SUPPLIED DATA
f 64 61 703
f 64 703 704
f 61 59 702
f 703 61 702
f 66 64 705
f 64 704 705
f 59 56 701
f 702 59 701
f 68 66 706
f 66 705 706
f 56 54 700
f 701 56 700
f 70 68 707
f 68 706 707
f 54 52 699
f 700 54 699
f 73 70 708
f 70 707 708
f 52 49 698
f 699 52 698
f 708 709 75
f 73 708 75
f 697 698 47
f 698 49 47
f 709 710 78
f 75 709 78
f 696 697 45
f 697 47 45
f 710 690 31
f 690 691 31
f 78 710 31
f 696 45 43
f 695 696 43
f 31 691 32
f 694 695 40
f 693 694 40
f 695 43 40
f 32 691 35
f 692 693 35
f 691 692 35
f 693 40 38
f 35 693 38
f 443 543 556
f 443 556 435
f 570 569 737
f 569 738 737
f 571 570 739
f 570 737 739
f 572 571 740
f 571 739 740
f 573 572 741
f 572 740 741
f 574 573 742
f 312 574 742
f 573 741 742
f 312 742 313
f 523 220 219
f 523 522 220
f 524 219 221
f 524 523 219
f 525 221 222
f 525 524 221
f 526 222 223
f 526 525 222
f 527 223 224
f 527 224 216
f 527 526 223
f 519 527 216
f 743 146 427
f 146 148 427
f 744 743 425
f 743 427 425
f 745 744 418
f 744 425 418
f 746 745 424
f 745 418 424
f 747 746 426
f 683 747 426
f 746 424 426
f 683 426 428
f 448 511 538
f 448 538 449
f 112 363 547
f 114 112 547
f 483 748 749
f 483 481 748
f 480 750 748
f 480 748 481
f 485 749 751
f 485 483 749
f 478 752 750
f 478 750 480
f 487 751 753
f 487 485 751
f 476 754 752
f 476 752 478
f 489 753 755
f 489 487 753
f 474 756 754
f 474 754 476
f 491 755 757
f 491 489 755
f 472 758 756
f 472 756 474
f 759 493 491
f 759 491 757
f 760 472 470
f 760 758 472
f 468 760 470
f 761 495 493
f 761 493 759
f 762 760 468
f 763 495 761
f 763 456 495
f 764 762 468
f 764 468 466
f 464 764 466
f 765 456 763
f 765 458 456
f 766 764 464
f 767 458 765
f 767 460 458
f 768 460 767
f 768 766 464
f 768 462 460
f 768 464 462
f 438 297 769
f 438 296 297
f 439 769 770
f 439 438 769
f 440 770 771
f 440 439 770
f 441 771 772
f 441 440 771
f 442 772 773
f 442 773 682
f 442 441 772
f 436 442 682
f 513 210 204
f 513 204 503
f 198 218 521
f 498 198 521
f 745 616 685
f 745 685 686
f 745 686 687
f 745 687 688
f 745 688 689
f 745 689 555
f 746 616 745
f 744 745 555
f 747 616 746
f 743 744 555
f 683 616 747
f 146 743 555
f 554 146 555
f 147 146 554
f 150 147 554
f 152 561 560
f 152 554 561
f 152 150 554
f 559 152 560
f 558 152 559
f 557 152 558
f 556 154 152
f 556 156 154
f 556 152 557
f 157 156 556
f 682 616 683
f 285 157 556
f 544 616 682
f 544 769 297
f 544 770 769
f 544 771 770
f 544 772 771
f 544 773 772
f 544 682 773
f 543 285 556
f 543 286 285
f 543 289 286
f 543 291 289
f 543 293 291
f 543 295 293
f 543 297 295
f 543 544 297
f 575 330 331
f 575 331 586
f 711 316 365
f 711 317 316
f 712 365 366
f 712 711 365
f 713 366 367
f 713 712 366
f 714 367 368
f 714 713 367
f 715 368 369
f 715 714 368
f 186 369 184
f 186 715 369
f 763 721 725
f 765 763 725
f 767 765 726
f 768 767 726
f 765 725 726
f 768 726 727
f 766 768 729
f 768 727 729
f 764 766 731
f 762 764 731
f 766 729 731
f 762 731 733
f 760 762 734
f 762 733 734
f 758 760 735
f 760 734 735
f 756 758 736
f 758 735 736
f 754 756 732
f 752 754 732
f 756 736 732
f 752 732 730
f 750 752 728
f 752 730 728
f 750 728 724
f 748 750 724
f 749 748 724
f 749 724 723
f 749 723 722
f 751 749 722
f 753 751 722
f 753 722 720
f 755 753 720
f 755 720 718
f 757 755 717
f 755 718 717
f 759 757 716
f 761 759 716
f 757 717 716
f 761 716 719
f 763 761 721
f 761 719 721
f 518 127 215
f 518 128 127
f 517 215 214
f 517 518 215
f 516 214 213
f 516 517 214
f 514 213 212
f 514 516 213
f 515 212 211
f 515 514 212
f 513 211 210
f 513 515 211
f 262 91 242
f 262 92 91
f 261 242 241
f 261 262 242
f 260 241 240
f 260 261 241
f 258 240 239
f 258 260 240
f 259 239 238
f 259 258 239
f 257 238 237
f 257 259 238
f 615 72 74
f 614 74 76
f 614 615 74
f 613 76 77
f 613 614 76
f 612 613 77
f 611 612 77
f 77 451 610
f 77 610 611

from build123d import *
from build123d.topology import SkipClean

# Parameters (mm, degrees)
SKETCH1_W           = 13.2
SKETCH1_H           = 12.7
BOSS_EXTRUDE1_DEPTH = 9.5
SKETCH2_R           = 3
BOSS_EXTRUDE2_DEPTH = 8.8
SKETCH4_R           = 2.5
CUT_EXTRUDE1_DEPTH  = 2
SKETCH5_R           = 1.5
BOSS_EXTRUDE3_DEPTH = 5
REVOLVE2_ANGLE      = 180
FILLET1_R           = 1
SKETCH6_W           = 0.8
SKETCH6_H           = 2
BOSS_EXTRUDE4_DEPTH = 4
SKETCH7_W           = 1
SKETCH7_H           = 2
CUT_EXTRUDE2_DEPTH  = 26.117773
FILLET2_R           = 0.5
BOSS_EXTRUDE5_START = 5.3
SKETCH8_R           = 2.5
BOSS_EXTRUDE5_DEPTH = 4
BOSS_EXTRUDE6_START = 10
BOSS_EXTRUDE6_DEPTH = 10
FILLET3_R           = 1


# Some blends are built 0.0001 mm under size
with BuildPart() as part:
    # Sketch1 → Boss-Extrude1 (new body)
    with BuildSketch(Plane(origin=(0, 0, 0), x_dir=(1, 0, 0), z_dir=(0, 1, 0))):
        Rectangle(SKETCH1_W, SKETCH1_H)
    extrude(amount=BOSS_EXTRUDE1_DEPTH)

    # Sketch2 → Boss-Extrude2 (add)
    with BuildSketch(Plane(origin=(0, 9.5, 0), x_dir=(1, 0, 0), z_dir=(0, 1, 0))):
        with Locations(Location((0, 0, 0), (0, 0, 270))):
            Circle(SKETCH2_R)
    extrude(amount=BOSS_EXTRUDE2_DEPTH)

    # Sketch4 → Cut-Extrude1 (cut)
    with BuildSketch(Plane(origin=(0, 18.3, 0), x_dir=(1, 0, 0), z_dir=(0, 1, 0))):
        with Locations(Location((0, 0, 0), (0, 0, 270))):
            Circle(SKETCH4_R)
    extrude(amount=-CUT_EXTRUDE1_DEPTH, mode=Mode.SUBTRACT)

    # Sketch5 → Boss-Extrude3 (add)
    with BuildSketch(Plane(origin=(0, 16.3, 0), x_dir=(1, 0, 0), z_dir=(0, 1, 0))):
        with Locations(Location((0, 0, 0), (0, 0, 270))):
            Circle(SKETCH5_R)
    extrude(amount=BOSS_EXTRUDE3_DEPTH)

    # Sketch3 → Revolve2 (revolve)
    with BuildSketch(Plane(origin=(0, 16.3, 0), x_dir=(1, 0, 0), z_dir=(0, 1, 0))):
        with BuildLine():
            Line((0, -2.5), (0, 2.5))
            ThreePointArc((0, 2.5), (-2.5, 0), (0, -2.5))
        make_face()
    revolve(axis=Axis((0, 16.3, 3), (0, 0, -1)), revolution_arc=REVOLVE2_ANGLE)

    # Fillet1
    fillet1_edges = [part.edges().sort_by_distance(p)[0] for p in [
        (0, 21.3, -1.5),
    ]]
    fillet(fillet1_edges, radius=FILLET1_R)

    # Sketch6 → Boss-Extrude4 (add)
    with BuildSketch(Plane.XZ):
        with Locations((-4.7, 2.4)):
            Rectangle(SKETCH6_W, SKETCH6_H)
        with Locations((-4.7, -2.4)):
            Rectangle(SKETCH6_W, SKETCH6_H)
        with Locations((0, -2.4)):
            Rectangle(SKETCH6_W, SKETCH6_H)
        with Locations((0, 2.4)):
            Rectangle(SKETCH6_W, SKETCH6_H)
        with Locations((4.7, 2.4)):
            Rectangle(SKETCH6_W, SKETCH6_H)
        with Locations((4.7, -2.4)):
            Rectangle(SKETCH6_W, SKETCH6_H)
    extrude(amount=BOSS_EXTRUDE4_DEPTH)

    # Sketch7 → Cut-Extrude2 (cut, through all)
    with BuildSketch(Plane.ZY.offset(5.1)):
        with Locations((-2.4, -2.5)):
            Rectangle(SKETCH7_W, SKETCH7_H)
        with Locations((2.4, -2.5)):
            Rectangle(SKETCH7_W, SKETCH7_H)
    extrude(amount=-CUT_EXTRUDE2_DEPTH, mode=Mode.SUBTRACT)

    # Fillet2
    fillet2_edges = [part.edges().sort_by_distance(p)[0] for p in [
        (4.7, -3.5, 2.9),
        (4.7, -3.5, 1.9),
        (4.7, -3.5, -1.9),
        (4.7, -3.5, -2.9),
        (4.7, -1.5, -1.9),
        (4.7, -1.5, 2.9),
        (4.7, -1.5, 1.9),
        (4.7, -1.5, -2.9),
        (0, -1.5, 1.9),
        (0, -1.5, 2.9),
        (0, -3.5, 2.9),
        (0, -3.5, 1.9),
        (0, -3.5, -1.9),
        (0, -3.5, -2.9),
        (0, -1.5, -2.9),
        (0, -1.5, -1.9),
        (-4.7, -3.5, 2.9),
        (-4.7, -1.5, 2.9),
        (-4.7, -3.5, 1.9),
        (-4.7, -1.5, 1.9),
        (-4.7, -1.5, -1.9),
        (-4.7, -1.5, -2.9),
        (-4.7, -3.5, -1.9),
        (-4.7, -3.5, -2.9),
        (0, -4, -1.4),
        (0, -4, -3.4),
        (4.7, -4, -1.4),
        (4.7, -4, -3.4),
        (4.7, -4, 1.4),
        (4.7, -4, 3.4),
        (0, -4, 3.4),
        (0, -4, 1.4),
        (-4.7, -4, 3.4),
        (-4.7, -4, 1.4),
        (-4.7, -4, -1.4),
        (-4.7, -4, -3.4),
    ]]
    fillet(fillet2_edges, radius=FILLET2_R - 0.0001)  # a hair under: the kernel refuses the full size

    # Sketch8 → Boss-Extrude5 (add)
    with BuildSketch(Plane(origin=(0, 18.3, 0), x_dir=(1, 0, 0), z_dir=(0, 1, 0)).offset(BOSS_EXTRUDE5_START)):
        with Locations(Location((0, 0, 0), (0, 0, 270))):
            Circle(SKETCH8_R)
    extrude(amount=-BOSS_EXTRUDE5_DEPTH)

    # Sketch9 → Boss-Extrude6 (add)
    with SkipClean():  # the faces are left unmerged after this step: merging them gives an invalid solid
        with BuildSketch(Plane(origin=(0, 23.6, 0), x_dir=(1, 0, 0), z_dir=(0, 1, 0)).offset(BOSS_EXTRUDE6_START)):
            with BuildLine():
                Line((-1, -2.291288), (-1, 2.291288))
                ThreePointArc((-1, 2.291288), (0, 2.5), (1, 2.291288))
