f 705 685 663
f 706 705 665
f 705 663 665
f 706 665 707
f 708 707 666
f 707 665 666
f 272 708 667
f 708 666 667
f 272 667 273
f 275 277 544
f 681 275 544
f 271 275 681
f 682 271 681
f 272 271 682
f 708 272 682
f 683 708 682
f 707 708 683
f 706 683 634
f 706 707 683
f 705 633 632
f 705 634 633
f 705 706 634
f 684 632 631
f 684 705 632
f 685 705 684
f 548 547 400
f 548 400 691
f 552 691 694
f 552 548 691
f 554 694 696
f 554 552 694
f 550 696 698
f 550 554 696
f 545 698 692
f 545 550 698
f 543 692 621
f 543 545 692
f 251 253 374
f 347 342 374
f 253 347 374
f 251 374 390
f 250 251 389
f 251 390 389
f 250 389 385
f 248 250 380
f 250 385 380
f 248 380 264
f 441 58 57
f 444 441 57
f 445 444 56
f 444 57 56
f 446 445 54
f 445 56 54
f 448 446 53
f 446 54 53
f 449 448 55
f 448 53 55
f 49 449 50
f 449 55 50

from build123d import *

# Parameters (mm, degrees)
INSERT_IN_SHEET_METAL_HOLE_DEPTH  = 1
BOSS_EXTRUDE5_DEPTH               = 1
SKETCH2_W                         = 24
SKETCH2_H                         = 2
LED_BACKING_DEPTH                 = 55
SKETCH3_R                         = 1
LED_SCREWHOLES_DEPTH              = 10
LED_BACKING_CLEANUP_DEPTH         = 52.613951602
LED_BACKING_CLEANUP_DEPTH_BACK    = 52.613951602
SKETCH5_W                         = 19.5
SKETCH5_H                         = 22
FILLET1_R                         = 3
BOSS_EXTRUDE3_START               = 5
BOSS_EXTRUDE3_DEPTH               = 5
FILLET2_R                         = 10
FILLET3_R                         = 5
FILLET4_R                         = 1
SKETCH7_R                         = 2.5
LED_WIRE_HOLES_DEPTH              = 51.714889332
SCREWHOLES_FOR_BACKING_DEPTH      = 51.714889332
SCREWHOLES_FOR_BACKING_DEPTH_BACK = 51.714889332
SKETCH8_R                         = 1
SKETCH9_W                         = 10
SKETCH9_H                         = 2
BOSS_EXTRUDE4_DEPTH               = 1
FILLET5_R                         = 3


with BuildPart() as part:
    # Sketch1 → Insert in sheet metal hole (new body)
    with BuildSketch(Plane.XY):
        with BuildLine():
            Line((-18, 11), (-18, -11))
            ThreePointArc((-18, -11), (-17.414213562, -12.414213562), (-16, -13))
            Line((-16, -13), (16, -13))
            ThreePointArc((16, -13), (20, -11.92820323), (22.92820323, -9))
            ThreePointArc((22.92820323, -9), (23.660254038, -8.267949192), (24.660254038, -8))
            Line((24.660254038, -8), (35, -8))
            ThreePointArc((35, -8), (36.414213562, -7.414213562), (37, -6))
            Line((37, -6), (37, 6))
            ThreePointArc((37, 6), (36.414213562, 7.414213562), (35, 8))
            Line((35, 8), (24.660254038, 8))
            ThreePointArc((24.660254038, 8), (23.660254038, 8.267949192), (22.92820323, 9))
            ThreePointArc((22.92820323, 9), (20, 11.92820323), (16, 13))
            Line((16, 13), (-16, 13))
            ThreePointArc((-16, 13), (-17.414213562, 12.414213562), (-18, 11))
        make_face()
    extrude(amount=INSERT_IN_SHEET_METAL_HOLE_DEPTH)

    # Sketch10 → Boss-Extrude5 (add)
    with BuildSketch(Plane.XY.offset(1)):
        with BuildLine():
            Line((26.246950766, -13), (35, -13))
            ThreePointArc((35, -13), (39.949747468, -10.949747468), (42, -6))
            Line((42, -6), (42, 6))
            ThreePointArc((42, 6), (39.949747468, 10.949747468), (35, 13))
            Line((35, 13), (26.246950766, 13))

YOUR GOAL
The response must hold only the lines above from the line with "f 312 742 313" through the line with "f 744 425 418", each copied exactly, both ends kept.

TASK RESPONSE
f 312 742 313
f 523 220 219
f 523 522 220
f 524 219 221
f 524 523 219
f 525 221 222
f 525 524 221
f 526 222 223
f 526 525 222
f 527 223 224
f 527 224 216
f 527 526 223
f 519 527 216
f 743 146 427
f 146 148 427
f 744 743 425
f 743 427 425
f 745 744 418
f 744 425 418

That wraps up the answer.